In my PostGIS I have a point table (roughly 51 millions rows) and a multipolygon table. I need to find a polygon label/ID for every single point in my point table (roughly 51 millions rows) in PostGIS. So this is considered as point-in-polygon query (with ST_INTERSECTS).
This article suggests that using external storage for geometries significantly improves point-in-polygon queries. Here, geometries in external storage are not compressed hence the performance improvement; but there's potential extra storage size penalty (which is acceptable).
Another way to improve such query is using ST_SUBDIVIDE as explained here. This way, the polygons are divided into rectangular pieces. Point-in-polygon queries, both hit and miss, are improved.
- Uncompressed vs Subdivided, generally which one is more preferable in terms of performance?
- If this is rather case-specific, what are the considerations?
Yes I can implement both in a polygon (or multipolygon) table. But when I choose to use small number for max_vertices (a param in ST_SUBDIVIDE), the geometries won't be big enough to bleed to be uncompressed.
- count = 319 rows
- min = 97 vertex
- median = 3,942 vertex
- max = 217,436 vertex
- stdev = 22,921.20793 vertex
- average = 10,458.48903 vertex
- 37 out of 319 have Npoints < 512, so these won't be toasted.
So i made a test using 4 variations for the polygon table:
- Uncompressed (but not subdivided)
- Subdivided (with max vertice= 64, the 319 explodes to 109,574 rows )

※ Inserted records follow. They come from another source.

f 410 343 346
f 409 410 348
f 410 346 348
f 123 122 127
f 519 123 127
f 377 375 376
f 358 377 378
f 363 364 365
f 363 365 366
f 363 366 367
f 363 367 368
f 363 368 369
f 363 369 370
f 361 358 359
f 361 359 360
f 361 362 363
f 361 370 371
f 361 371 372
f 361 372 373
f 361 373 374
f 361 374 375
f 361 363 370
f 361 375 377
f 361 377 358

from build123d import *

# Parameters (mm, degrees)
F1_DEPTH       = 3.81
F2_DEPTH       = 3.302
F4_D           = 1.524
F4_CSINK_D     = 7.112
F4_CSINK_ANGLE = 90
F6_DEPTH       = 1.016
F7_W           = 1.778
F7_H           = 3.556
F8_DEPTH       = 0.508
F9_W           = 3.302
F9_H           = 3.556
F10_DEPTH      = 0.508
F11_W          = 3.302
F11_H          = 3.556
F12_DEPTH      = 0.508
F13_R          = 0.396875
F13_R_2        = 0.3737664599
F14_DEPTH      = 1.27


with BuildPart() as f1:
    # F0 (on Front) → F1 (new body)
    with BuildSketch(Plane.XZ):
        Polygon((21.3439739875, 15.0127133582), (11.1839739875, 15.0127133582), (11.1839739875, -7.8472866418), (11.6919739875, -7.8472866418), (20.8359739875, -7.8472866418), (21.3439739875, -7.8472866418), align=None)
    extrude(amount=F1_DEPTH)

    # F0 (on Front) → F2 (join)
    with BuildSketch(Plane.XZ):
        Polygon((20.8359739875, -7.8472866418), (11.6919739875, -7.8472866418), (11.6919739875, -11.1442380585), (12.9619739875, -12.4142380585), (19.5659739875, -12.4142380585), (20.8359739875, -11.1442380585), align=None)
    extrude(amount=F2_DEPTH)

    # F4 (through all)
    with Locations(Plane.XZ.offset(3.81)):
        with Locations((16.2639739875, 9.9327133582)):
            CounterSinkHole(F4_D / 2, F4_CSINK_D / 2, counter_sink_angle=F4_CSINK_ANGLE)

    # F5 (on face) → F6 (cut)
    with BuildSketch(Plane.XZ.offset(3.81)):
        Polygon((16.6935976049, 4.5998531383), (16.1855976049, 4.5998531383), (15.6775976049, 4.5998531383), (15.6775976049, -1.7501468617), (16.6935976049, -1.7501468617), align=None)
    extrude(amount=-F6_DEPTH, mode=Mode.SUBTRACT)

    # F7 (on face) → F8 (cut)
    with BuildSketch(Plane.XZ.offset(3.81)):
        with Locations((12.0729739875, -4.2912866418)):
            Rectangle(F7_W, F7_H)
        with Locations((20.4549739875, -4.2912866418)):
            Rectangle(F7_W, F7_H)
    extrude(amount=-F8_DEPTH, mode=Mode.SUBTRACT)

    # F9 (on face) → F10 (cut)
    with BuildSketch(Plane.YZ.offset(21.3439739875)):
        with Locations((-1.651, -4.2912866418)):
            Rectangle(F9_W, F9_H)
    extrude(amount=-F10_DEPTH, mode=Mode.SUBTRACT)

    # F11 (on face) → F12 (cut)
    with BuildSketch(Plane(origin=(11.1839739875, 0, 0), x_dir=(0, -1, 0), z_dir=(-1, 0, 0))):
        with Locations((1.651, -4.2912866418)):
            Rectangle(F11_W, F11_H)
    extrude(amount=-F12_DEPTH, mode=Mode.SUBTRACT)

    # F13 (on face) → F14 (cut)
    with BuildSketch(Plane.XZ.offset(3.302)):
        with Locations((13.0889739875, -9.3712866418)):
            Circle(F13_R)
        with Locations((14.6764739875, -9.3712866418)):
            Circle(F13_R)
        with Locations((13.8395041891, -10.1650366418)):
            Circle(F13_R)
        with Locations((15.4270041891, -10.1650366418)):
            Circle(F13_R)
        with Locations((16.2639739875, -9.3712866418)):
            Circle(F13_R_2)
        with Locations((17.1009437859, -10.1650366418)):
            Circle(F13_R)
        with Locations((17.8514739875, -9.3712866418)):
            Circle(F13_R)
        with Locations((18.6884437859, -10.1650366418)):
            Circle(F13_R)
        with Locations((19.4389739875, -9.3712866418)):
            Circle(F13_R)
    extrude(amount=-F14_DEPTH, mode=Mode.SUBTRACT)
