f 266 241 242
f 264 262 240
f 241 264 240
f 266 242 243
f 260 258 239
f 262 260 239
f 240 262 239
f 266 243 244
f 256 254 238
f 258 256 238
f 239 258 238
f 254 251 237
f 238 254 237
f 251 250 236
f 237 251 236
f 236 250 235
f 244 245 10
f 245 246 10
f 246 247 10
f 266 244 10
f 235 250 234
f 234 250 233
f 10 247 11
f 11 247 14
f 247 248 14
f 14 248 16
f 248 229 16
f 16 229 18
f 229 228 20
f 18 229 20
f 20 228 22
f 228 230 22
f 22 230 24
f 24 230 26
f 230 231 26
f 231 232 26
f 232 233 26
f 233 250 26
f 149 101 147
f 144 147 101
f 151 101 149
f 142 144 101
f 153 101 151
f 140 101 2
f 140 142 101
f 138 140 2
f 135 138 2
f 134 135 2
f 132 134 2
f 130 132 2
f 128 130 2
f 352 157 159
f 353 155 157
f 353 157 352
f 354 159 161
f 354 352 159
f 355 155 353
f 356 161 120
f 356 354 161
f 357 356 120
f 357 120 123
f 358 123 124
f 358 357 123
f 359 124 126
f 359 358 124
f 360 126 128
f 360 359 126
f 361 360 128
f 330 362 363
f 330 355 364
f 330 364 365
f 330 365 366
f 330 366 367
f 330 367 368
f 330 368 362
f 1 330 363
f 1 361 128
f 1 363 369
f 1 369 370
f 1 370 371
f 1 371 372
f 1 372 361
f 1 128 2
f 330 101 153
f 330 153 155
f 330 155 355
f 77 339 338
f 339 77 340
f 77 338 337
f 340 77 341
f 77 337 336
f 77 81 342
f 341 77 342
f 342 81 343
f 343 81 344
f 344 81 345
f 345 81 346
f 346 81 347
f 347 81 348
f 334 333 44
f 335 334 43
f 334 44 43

- Subdivided (with max vertice= 512, the 319 explodes to 19,512 rows )
I tested EXPLAIN ANALYZE with a portion (±500k rows) of my point table (total 51 millions of rows) against those 4 variations. This is to get the 'Execution time'.
EXPLAIN ANALYZE WITH poi AS ( SELECT id, geom FROM point WHERE kpr_id = '430' ) SELECT p.id, b.id_polygon FROM poi p, polygon b WHERE ST_INTERSECTS(b.geom, p.geom) --both geom are indexed IS TRUE;
Interestingly, their Execution time are:
- Conventional: 9 minutes
- Uncompressed (but not subdivided) : 10 minutes
- Subdivided (with max vertice= 64) : 8.9 hours (!)

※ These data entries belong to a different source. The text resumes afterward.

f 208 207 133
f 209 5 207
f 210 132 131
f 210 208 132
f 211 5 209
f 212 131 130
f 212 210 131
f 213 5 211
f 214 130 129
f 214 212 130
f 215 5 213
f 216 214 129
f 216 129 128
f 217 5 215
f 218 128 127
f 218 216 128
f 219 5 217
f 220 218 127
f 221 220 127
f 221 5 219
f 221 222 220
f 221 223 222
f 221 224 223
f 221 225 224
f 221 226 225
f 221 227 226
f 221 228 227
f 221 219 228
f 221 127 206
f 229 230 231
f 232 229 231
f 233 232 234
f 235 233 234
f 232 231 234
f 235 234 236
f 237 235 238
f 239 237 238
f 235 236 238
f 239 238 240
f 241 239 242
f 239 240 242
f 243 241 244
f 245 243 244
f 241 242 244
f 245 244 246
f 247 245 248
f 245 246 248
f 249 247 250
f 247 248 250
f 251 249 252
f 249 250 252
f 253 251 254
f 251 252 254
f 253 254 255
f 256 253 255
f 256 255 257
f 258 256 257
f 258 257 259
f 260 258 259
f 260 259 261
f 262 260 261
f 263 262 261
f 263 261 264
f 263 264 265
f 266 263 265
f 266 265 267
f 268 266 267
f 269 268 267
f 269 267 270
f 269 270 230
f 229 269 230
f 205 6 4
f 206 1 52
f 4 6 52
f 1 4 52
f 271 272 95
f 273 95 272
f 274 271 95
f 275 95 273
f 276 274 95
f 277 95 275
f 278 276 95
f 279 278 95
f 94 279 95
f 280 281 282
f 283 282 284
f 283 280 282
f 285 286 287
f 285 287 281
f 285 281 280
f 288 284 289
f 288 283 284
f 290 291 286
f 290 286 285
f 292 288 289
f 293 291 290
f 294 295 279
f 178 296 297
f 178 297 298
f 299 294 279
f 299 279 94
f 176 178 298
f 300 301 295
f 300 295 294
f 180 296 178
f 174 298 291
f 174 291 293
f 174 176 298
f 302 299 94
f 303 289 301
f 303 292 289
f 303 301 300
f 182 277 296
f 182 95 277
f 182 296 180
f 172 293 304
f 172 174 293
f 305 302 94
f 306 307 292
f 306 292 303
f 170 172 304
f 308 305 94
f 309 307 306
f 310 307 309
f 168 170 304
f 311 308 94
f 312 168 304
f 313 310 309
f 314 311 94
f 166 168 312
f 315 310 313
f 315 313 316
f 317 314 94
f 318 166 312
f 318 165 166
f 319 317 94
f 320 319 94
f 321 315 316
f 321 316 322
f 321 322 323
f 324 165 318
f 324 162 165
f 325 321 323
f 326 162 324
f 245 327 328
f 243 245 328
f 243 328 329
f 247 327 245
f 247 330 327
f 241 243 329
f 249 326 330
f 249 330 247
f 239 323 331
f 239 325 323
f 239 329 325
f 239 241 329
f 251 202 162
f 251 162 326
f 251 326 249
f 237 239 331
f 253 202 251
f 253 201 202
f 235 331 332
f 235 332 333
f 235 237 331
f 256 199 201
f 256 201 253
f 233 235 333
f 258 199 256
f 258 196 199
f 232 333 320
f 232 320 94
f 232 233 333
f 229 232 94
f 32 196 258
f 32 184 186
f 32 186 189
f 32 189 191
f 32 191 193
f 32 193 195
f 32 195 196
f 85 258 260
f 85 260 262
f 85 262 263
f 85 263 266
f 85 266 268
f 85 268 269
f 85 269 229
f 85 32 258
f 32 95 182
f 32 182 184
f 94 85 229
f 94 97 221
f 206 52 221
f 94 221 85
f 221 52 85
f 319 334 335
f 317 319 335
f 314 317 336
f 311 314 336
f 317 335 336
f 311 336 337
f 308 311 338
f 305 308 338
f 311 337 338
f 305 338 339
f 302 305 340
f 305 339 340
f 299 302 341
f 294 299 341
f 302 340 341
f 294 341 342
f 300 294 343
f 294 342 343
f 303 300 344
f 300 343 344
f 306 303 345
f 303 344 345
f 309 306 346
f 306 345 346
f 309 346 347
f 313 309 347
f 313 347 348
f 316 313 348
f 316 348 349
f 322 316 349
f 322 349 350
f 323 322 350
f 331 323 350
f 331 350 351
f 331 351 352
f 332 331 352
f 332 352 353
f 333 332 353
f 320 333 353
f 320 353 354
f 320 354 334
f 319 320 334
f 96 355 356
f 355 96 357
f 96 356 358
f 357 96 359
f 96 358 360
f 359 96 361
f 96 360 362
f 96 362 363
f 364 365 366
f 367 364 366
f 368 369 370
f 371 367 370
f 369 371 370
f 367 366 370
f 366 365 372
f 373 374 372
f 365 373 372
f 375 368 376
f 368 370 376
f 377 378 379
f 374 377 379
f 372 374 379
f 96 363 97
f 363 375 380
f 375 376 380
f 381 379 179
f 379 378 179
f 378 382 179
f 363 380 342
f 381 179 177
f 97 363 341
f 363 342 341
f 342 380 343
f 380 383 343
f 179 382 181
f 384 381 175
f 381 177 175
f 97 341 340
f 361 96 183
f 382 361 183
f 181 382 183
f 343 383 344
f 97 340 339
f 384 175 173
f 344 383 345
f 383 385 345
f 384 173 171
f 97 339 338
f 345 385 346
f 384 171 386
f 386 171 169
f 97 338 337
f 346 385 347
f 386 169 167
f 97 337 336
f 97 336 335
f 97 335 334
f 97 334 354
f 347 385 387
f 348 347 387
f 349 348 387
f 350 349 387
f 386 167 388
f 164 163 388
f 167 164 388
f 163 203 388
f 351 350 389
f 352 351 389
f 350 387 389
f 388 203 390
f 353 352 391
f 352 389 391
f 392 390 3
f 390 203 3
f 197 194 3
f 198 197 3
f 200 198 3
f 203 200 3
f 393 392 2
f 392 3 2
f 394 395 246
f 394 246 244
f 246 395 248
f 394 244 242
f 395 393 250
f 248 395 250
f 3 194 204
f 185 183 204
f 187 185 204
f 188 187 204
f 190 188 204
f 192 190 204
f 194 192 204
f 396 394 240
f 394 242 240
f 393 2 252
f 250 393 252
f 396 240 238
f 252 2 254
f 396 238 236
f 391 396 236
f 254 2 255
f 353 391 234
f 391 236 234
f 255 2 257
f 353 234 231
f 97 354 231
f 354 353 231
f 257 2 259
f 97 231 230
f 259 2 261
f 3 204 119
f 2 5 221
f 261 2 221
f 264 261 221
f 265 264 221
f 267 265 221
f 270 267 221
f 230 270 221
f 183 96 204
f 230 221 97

- Subdivided (with max vertice= 512) : 1.7 hours
So it seems that using external (to get uncompressed geometry) does not improve performance. ST_Subdivide even gets worse execution time.
Below is the Explain analyze result (with polygon variation #3, subdivided):
Nested Loop (cost=467106.10..15291893745.32 rows=18183694 width=15) (actual time=8217729.613..32306920.503 rows=526095 loops=1) Join Filter: (((b.geom && p.geom) AND _st_intersects(b.geom, p.geom)) IS TRUE) Rows Removed by Join Filter: 57645807435 CTE poi -> Bitmap Heap Scan on point (cost=5958.78..467106.10 rows=497847 width=36) (actual time=587.892..14814.902 rows=526095 loops=1) Recheck Cond: ((kpr_id)::text = '430'::text) Rows Removed by Index Recheck: 1942446 Heap Blocks: exact=105737 lossy=67782 -> Bitmap Index Scan on point_kpr_id_idx (cost=0.00..5834.32 rows=497847 width=0) (actual time=547.728..547.728 rows=526095 loops=1) Index Cond: ((kpr_id)::text = '4303130000'::text) -> Seq Scan on polygon b (cost=0.00..11434.74 rows=109574 width=594) (actual time=5.819..1415.867 rows=109574 loops=1) -> CTE Scan on poi p (cost=0.00..9956.94 rows=497847 width=36) (actual time=0.016..97.227 rows=526095 loops=109574) Planning time: 0.415 ms Execution time: 32306984.195 ms --this is 8,9 hours(!)